Partition Node

Partition nodes are used to generate a partition field that splits the data into separate subsets or samples for the training, testing, and validation stages of model building. By using one sample to generate the model and a separate sample to test it, you can get a good indication of how well the model will generalize to larger datasets that are similar to the current data.

The Partition node generates a nominal field with the role set to Partition. Alternatively, if an appropriate field already exists in your data, it can be designated as a partition using a Type node. In this case, no separate Partition node is required. Any instantiated nominal field with two or three values can be used as a partition, but flag fields cannot be used. See the topic Setting the field role for more information.

Multiple partition fields can be defined in a stream, but if so, a single partition field must be selected on the Fields tab in each modeling node that uses partitioning. (If only one partition is present, it is automatically used whenever partitioning is enabled.)
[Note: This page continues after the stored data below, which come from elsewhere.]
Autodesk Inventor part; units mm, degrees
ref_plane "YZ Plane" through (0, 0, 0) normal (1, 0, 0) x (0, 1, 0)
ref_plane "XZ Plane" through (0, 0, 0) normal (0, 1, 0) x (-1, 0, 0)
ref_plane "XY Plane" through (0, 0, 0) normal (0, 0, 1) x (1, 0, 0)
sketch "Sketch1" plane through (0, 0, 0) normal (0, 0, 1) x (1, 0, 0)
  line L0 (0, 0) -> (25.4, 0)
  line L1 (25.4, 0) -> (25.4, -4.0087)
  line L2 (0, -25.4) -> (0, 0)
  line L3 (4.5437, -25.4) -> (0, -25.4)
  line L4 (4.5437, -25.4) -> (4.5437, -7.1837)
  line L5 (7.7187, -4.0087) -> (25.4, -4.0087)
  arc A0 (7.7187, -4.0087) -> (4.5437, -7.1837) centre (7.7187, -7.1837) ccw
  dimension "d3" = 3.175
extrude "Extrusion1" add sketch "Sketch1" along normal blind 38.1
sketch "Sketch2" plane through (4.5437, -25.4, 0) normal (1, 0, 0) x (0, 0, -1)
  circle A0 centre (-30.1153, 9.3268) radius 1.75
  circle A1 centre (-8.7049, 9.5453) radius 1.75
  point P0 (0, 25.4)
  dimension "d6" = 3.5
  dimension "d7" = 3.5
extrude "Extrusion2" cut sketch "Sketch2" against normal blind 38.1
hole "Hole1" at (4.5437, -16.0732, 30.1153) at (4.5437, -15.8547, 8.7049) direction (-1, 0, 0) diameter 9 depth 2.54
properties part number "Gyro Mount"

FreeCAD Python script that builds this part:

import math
import FreeCAD as App
import Part
import Sketcher
from FreeCAD import Vector
Q = App.Units.Quantity

doc = App.newDocument("Part")
params = doc.addObject("Spreadsheet::Sheet", "Params")
for row, (alias, value) in enumerate([
    ("sketch1_radius", "0.125 in"),
    ("sketch1_width", "1 in"),
    ("pad1_length", "1.5 in"),
    ("pocket1_length", "1.5 in"),
    ("hole_diameter", "9 mm"),
    ("hole_depth", "0.1 in"),
], start=1):
    params.set(f"A{row}", alias)
    params.set(f"B{row}", "=" + value)
    params.setAlias(f"B{row}", alias)

body = doc.addObject("PartDesign::Body", "Body")

sketch1 = doc.addObject("Sketcher::SketchObject", "Sketch")
body.addObject(sketch1)
sketch1.AttachmentSupport = (doc.XY_Plane, [""])
sketch1.MapMode = "FlatFace"
sketch1.addGeometry(Part.LineSegment(Vector(25.4, 0, 0), Vector(0, 0, 0)), False)
sketch1.addGeometry(Part.LineSegment(Vector(0, 0, 0), Vector(0, -25.4, 0)), False)
sketch1.addGeometry(Part.LineSegment(Vector(0, -25.4, 0), Vector(4.5, -25.4, 0)), False)
sketch1.addGeometry(Part.LineSegment(Vector(4.5, -25.4, 0), Vector(4.5, -7.2, 0)), False)
sketch1.addGeometry(Part.ArcOfCircle(Part.Circle(Vector(7.7, -7.2, 0), Vector(0, 0, 1), 3.2), math.radians(90), math.radians(180)), False)
sketch1.addGeometry(Part.LineSegment(Vector(7.7, -4, 0), Vector(25.4, -4, 0)), False)
sketch1.addGeometry(Part.LineSegment(Vector(25.4, -4, 0), Vector(25.4, 0, 0)), False)
sketch1.addConstraint(Sketcher.Constraint("Coincident", 0, 2, 1, 1))
sketch1.addConstraint(Sketcher.Constraint("Coincident", 1, 2, 2, 1))
sketch1.addConstraint(Sketcher.Constraint("Coincident", 2, 2, 3, 1))
sketch1.addConstraint(Sketcher.Constraint("Tangent", 3, 2, 4, 2))
sketch1.addConstraint(Sketcher.Constraint("Tangent", 4, 1, 5, 1))
sketch1.addConstraint(Sketcher.Constraint("Coincident", 5, 2, 6, 1))
sketch1.addConstraint(Sketcher.Constraint("Coincident", 6, 2, 0, 1))
sketch1.addConstraint(Sketcher.Constraint("Horizontal", 0))
sketch1.addConstraint(Sketcher.Constraint("Vertical", 1))
sketch1.addConstraint(Sketcher.Constraint("Horizontal", 2))
sketch1.addConstraint(Sketcher.Constraint("Vertical", 3))
sketch1.addConstraint(Sketcher.Constraint("Horizontal", 5))
sketch1.addConstraint(Sketcher.Constraint("Vertical", 6))
sketch1.addConstraint(Sketcher.Constraint("Coincident", 0, 2, -1, 1))
sketch1.addConstraint(Sketcher.Constraint("Equal", 0, 1))
sketch1.addConstraint(Sketcher.Constraint("Radius", 4, Q("0.125 in")))
sketch1.addConstraint(Sketcher.Constraint("DistanceX", 0, 2, 0, 1, Q("1 in")))
sketch1.addConstraint(Sketcher.Constraint("DistanceX", 2, 1, 2, 2, 4.5437))
sketch1.addConstraint(Sketcher.Constraint("DistanceY", 3, 1, 3, 2, 18.2163))
sketch1.setExpression("Constraints[15]", "Params.sketch1_radius")
sketch1.setExpression("Constraints[16]", "Params.sketch1_width")
pad1 = doc.addObject("PartDesign::Pad", "Pad")
body.addObject(pad1)
pad1.Profile = sketch1
pad1.setExpression("Length", "Params.pad1_length")

sketch2 = doc.addObject("Sketcher::SketchObject", "Sketch001")
body.addObject(sketch2)
sketch2.AttachmentSupport = (doc.YZ_Plane, [""])
sketch2.MapMode = "FlatFace"
sketch2.AttachmentOffset = App.Placement(Vector(0, 0, 4.5437), App.Rotation())
sketch2.addGeometry(Part.Circle(Vector(-16.1, 30.1, 0), Vector(0, 0, 1), 1.8), False)
sketch2.addGeometry(Part.Circle(Vector(-15.9, 8.7, 0), Vector(0, 0, 1), 1.8), False)
sketch2.addConstraint(Sketcher.Constraint("Equal", 0, 1))
sketch2.addConstraint(Sketcher.Constraint("Diameter", 0, Q("0.1378 in")))
sketch2.addConstraint(Sketcher.Constraint("DistanceX", 0, 3, -1, 1, Q("0.6328 in")))
sketch2.addConstraint(Sketcher.Constraint("DistanceX", 1, 3, -1, 1, Q("0.6242 in")))
sketch2.addConstraint(Sketcher.Constraint("DistanceY", -1, 1, 0, 3, 30.1153))
sketch2.addConstraint(Sketcher.Constraint("DistanceY", -1, 1, 1, 3, 8.705))
pocket1 = doc.addObject("PartDesign::Pocket", "Pocket")
body.addObject(pocket1)
pocket1.Profile = sketch2
pocket1.setExpression("Length", "Params.pocket1_length")

sketch3 = doc.addObject("Sketcher::SketchObject", "Sketch002")
body.addObject(sketch3)
sketch3.AttachmentSupport = (doc.YZ_Plane, [""])
sketch3.MapMode = "FlatFace"
sketch3.AttachmentOffset = App.Placement(Vector(0, 0, 4.5437), App.Rotation())
sketch3.addGeometry(Part.Circle(Vector(-16.1, 30.1, 0), Vector(0, 0, 1), 4.5), False)
sketch3.addGeometry(Part.Circle(Vector(-15.9, 8.7, 0), Vector(0, 0, 1), 4.5), False)
sketch3.addConstraint(Sketcher.Constraint("Equal", 0, 1))
sketch3.addConstraint(Sketcher.Constraint("Diameter", 0, 9.0))
sketch3.addConstraint(Sketcher.Constraint("DistanceX", 0, 3, -1, 1, Q("0.6328 in")))
sketch3.addConstraint(Sketcher.Constraint("DistanceX", 1, 3, -1, 1, Q("0.6242 in")))
sketch3.addConstraint(Sketcher.Constraint("DistanceY", -1, 1, 0, 3, 30.1153))
sketch3.addConstraint(Sketcher.Constraint("DistanceY", -1, 1, 1, 3, 8.705))
doc.recompute()
hole = doc.addObject("PartDesign::Hole", "Hole")
body.addObject(hole)
hole.Profile = sketch3
hole.ThreadType = "None"
hole.setExpression("Diameter", "Params.hole_diameter")
hole.DepthType = "Dimension"
hole.setExpression("Depth", "Params.hole_depth")
hole.DrillPoint = "Flat"

doc.recompute()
Enabling partitioning. To use the partition in an analysis, partitioning must be enabled on the Model Options tab in the appropriate model-building or analysis node. Deselecting this option makes it possible to disable partitioning without removing the field.

To create a partition field based on some other criterion such as a date range or location, you can also use a Derive node. See the topic Derive node for more information.

Example. When building an RFM stream to identify recent customers who have positively responded to previous marketing campaigns, the marketing department of a sales company uses a Partition node to split the data into training and test partitions.